* **THE TASK**:
From the first line of the data below through the line holding "f 437 383 381", write out each line exactly as it stands.
- Opening Delimiter -
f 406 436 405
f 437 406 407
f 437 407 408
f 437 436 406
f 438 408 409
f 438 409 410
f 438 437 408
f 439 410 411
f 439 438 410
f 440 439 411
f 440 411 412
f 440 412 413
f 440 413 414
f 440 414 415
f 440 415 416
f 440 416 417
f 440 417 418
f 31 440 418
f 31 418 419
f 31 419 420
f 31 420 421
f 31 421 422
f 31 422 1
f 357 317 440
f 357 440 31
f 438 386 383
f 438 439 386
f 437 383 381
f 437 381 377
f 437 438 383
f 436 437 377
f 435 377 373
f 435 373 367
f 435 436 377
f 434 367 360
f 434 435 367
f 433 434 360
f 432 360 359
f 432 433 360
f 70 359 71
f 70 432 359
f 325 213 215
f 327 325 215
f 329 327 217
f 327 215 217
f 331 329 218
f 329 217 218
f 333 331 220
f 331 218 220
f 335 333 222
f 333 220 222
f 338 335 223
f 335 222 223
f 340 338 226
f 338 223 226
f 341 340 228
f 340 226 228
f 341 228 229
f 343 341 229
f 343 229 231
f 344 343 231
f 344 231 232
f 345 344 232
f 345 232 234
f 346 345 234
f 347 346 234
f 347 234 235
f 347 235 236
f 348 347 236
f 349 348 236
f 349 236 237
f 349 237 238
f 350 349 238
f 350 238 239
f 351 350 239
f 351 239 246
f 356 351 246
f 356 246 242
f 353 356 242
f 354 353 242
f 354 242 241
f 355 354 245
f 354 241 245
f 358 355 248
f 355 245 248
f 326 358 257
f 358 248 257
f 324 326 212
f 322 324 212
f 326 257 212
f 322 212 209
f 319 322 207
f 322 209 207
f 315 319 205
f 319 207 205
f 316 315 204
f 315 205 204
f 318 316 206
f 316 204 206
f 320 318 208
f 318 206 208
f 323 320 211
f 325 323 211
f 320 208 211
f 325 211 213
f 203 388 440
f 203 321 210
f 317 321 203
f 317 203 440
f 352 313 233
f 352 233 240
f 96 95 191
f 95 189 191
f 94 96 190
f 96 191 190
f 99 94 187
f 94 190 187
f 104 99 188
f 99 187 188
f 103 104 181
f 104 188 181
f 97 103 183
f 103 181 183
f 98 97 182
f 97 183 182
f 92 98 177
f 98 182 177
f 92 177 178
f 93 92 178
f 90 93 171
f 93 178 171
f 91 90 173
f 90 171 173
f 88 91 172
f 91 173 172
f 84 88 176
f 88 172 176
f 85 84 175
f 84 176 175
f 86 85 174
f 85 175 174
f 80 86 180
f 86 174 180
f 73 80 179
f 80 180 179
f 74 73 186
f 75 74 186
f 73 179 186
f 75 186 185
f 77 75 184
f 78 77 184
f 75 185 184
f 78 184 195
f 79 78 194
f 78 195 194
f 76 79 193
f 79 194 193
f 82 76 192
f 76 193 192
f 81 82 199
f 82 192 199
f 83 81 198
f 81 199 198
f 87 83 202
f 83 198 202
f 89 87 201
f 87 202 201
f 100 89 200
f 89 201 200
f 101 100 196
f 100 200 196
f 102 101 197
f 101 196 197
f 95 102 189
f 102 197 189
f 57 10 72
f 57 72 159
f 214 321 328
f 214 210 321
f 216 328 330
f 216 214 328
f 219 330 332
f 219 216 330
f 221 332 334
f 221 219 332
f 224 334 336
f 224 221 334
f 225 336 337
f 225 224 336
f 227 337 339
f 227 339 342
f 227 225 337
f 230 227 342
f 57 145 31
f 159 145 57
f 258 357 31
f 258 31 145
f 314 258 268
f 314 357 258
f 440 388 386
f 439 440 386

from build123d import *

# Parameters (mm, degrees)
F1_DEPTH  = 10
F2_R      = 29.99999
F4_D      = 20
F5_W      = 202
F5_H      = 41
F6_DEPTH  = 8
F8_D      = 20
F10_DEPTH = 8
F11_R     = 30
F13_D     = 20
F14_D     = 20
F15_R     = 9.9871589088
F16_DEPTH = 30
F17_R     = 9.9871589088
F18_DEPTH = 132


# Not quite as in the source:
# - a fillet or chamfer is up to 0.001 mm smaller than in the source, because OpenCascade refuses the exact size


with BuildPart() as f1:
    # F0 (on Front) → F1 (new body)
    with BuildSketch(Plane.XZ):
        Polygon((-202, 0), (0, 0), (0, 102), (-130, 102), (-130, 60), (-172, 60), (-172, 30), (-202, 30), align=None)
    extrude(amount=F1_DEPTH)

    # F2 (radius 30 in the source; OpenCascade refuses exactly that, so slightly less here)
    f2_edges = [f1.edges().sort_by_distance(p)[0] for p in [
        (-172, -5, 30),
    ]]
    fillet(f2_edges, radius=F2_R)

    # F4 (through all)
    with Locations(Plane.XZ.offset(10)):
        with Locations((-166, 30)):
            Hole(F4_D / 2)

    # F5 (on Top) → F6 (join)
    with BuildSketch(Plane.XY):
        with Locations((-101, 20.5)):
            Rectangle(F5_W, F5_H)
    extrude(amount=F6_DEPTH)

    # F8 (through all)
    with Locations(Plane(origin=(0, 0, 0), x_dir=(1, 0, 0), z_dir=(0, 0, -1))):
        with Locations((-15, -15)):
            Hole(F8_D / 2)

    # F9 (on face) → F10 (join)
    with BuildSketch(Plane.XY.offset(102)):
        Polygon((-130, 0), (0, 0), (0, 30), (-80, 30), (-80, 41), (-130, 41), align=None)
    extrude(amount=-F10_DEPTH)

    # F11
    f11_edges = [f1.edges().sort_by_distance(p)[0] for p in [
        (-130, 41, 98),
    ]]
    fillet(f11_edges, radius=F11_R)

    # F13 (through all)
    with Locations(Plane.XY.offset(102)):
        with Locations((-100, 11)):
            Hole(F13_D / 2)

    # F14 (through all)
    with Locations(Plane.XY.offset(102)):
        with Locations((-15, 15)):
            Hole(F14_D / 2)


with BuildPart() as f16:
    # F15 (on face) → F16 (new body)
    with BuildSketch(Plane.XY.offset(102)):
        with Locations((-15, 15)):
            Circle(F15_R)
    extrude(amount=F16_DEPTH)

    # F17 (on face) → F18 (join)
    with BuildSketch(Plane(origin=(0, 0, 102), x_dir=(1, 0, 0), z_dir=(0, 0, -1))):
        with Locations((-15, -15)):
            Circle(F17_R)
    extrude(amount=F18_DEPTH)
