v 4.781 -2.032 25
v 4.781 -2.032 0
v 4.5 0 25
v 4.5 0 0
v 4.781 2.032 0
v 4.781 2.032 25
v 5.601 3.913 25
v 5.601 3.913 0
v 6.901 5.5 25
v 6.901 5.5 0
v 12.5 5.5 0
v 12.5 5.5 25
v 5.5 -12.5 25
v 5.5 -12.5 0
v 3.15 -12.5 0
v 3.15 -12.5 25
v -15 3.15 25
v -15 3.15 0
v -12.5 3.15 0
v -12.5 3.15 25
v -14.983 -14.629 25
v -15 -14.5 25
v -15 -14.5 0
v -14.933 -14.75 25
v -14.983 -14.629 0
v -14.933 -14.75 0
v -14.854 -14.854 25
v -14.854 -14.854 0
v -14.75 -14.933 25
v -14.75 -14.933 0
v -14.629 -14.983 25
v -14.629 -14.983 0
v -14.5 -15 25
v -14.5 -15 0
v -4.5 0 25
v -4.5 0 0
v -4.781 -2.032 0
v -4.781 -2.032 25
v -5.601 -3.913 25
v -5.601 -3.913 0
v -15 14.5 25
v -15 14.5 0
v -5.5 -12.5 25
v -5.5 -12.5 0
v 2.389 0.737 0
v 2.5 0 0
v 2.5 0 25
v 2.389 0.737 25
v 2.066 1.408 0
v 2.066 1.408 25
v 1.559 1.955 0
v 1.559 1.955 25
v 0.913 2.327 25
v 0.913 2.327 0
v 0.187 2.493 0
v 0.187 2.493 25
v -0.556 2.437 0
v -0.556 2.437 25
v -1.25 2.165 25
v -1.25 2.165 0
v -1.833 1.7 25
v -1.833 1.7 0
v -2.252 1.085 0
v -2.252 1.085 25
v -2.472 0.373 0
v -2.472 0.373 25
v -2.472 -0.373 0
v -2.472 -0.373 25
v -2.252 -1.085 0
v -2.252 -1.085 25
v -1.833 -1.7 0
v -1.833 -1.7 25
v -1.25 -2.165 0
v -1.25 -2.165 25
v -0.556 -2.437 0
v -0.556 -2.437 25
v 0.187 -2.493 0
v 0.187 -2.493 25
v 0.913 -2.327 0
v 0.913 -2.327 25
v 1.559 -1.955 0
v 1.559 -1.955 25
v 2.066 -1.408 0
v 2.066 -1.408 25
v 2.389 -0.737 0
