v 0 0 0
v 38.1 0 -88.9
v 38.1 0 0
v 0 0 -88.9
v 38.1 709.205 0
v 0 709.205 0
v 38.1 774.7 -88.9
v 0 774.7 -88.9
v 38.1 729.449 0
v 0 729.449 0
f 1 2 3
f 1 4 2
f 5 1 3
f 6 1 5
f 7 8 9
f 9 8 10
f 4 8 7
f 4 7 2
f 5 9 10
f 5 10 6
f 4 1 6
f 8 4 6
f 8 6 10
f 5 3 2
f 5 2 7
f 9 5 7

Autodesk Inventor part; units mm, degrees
ref_plane "YZ Plane" through (0, 0, 0) normal (1, 0, 0) x (0, 1, 0)
ref_plane "XZ Plane" through (0, 0, 0) normal (0, 1, 0) x (-1, 0, 0)
ref_plane "XY Plane" through (0, 0, 0) normal (0, 0, 1) x (1, 0, 0)
sketch "Sketch1" plane through (0, 0, 0) normal (1, 0, 0) x (0, 1, 0)
  line L0 (0, 0) -> (709.2052, 0)
  line L1 (774.7, -88.9) -> (0, -88.9)
  line L2 (0, -88.9) -> (0, 0)
  line L3 (774.7, -88.9) -> (909.5108, -88.9) construction
  line L4 (774.7, -88.9) -> (729.4486, 0)
  line L5 (729.4486, 0) -> (709.2052, 0)
extrude "Extrusion1" add sketch "Sketch1" along normal blind 38.1
properties part number "S_2x4x30.5"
- Closing Delimiter -
* **RESPONSE TO THIS EXERCISE**:
f 406 436 405
f 437 406 407
f 437 407 408
f 437 436 406
f 438 408 409
f 438 409 410
f 438 437 408
f 439 410 411
f 439 438 410
f 440 439 411
f 440 411 412
f 440 412 413
f 440 413 414
f 440 414 415
f 440 415 416
f 440 416 417
f 440 417 418
f 31 440 418
f 31 418 419
f 31 419 420
f 31 420 421
f 31 421 422
f 31 422 1
f 357 317 440
f 357 440 31
f 438 386 383
f 438 439 386
f 437 383 381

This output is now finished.